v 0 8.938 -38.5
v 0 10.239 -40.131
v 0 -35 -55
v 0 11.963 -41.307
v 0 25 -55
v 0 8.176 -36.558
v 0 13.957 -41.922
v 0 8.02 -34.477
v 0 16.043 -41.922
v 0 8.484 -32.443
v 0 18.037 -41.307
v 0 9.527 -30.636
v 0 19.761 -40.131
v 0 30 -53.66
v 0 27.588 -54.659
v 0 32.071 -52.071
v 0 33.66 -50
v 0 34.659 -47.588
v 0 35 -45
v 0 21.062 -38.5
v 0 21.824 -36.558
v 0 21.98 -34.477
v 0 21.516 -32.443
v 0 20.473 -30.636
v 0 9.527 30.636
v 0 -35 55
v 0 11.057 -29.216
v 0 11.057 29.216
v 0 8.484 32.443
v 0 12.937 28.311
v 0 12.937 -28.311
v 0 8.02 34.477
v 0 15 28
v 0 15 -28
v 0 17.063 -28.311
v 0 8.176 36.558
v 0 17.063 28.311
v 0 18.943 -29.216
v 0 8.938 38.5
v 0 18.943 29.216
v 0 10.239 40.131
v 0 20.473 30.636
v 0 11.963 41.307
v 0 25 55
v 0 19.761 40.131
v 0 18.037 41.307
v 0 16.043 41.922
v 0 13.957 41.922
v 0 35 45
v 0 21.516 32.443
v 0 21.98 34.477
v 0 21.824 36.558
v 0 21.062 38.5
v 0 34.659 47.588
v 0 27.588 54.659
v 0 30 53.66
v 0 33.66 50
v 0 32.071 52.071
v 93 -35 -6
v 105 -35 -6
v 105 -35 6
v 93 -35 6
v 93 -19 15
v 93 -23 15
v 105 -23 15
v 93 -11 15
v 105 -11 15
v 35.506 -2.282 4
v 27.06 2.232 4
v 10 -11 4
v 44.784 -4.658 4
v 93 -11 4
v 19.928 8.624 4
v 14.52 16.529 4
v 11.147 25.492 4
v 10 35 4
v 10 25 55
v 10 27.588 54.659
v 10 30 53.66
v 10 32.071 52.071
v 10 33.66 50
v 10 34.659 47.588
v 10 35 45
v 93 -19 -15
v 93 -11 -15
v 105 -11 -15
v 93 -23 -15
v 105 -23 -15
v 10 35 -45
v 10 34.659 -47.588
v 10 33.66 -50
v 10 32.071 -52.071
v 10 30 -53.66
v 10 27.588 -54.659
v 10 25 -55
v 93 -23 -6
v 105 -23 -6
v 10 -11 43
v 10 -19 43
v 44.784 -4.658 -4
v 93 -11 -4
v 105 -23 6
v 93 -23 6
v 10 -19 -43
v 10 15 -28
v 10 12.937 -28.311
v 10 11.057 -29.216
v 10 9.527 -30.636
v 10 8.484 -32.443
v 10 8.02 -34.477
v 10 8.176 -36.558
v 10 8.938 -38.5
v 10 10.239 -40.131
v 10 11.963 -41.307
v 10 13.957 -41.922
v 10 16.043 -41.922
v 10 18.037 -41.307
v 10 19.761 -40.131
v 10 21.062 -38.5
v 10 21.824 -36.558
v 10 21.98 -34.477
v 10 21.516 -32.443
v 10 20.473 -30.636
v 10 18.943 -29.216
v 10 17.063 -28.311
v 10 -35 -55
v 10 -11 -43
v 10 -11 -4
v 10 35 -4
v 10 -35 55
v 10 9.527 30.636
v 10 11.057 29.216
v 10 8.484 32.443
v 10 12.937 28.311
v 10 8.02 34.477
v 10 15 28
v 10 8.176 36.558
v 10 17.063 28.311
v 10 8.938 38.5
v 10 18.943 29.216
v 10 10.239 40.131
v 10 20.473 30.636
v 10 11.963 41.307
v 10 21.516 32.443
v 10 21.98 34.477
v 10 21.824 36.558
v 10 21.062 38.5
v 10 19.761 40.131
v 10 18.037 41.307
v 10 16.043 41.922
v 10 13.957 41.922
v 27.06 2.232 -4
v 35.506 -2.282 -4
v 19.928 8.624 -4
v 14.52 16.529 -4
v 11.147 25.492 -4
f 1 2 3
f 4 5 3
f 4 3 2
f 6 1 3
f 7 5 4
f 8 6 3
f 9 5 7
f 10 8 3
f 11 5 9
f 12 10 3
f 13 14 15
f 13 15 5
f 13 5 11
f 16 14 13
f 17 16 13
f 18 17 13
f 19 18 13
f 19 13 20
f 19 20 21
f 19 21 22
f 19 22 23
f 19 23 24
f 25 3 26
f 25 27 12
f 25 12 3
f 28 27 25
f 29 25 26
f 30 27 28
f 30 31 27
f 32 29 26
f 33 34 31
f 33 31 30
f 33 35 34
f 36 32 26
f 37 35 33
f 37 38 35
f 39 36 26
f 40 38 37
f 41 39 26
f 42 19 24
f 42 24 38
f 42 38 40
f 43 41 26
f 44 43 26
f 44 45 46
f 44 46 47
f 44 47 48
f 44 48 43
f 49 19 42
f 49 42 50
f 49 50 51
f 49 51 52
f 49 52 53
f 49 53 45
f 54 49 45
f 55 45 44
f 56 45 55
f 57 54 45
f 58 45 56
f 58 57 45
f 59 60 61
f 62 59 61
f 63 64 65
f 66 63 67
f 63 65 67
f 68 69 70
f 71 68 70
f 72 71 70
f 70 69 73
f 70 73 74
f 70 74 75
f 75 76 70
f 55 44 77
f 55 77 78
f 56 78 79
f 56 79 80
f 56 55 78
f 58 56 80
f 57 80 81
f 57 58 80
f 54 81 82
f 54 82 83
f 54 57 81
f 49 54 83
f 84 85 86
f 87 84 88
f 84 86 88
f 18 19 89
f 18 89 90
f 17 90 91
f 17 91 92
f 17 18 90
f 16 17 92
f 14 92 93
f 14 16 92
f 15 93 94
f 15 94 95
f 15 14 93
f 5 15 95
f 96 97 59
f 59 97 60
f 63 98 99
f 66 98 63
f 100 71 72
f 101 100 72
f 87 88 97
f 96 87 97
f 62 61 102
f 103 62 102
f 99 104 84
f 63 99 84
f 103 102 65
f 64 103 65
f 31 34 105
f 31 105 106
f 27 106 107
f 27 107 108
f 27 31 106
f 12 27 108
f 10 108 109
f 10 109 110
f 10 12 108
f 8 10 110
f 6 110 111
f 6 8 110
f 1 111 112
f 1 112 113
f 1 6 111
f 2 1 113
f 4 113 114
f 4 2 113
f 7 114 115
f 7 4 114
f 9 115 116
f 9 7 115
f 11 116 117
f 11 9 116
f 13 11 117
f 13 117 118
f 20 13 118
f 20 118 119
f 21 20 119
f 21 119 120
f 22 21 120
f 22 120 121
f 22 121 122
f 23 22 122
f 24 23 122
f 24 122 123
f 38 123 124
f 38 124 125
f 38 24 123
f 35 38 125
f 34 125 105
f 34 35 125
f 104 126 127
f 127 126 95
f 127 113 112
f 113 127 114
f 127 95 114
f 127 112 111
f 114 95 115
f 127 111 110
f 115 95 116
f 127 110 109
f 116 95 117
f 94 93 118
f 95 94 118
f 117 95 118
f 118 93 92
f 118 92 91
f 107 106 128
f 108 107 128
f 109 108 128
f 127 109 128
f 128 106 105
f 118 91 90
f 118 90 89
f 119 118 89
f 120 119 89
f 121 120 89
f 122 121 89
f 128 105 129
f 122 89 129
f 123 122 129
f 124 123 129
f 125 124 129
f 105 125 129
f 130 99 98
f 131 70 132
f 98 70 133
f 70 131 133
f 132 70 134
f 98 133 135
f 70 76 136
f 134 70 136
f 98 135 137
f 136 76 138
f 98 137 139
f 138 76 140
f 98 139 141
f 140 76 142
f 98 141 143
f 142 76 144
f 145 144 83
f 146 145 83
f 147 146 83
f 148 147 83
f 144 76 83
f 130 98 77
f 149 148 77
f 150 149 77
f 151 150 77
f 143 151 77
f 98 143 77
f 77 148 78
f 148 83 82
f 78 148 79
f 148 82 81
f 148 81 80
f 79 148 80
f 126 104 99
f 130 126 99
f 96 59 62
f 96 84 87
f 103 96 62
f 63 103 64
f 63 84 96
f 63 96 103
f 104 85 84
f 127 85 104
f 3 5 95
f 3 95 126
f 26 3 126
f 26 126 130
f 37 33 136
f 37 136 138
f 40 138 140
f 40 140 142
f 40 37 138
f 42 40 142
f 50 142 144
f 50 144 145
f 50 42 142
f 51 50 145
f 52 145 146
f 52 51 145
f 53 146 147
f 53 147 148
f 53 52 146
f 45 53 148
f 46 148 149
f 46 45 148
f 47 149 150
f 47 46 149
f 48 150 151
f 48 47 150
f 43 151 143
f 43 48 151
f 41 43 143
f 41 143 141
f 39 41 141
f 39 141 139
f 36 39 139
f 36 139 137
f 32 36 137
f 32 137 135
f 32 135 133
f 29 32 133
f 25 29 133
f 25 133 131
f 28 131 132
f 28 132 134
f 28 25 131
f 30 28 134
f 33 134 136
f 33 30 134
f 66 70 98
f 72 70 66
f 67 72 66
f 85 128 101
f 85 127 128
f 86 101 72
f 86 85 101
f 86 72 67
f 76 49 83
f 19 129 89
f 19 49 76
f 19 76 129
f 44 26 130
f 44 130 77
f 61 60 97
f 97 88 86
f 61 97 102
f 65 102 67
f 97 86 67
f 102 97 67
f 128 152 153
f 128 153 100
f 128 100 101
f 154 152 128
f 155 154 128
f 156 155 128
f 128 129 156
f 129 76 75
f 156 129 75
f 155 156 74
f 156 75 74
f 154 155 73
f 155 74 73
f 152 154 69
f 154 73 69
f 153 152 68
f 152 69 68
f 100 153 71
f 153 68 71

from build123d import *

# Parameters (mm, degrees)
SKETCH1_R           = 7
BOSS_EXTRUDE1_DEPTH = 10
BOSS_EXTRUDE2_DEPTH = 12
BOSS_EXTRUDE3_DEPTH = 4
BOSS_EXTRUDE4_START = -15
BOSS_EXTRUDE4_DEPTH = 4


with BuildPart() as part:
    # Sketch1 → Boss-Extrude1 (new body)
    with BuildSketch(Plane(origin=(0, 0, 0), x_dir=(0, 0, -1), z_dir=(1, 0, 0))):
        with BuildLine():
            Line((-45, 35), (45, 35))
            ThreePointArc((45, 35), (52.071067812, 32.071067812), (55, 25))
            Line((55, 25), (55, -35))
            Line((55, -35), (-55, -35))
            Line((-55, -35), (-55, 25))
            ThreePointArc((-55, 25), (-52.071067812, 32.071067812), (-45, 35))
        make_face()
        with Locations((-35, 15)):
            Circle(SKETCH1_R, mode=Mode.SUBTRACT)
        with Locations(Location((35, 15, 0), (0, 0, 180))):
            Circle(SKETCH1_R, mode=Mode.SUBTRACT)
    extrude(amount=BOSS_EXTRUDE1_DEPTH)



with BuildPart() as body_2:
    # Sketch4 → Boss-Extrude2 (new body)
    with BuildSketch(Plane.ZY.offset(-105)):
        Polygon((6, -35), (6, -23), (15, -23), (15, -11), (-15, -11), (-15, -23), (-6, -23), (-6, -35), align=None)
    extrude(amount=BOSS_EXTRUDE2_DEPTH)


with BuildPart() as part_1:
    add(part.part)

    add(body_2.part)  # Boss-Extrude3 merges body 2
    # Sketch5 → Boss-Extrude3 (add, symmetric)
    with BuildSketch(Plane.XY):
        with BuildLine():
            Line((44.783977599, -4.658455723), (93, -11))
            Line((93, -11), (93, -15))
            Line((93, -15), (10, -15))
            Line((10, -15), (10, 35))
            ThreePointArc((10, 35), (19.928078744, 8.624262058), (44.783977599, -4.658455723))
        make_face()
    extrude(amount=BOSS_EXTRUDE3_DEPTH, both=True)

    # Sketch6 → Boss-Extrude4 (add, symmetric)
    with BuildSketch(Plane(origin=(0, 0, 0), x_dir=(1, 0, 0), z_dir=(0, 1, 0)).offset(BOSS_EXTRUDE4_START)):
        Polygon((93, -15), (93, -4), (93, 4), (93, 15), (10, 43), (10, -43), align=None)
    extrude(amount=BOSS_EXTRUDE4_DEPTH, both=True)


solid = part_1.part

# REQUIRED WORK
Of the entries above, transcribe exactly those lines that fall between the line containing "f 34 35 125" and the line containing "f 144 76 83", together with those two lines.

# FINISHED EXERCISE
f 34 35 125
f 104 126 127
f 127 126 95
f 127 113 112
f 113 127 114
f 127 95 114
f 127 112 111
f 114 95 115
f 127 111 110
f 115 95 116
f 127 110 109
f 116 95 117
f 94 93 118
f 95 94 118
f 117 95 118
f 118 93 92
f 118 92 91
f 107 106 128
f 108 107 128
f 109 108 128
f 127 109 128
f 128 106 105
f 118 91 90
f 118 90 89
f 119 118 89
f 120 119 89
f 121 120 89
f 122 121 89
f 128 105 129
f 122 89 129
f 123 122 129
f 124 123 129
f 125 124 129
f 105 125 129
f 130 99 98
f 131 70 132
f 98 70 133
f 70 131 133
f 132 70 134
f 98 133 135
f 70 76 136
f 134 70 136
f 98 135 137
f 136 76 138
f 98 137 139
f 138 76 140
f 98 139 141
f 140 76 142
f 98 141 143
f 142 76 144
f 145 144 83
f 146 145 83
f 147 146 83
f 148 147 83
f 144 76 83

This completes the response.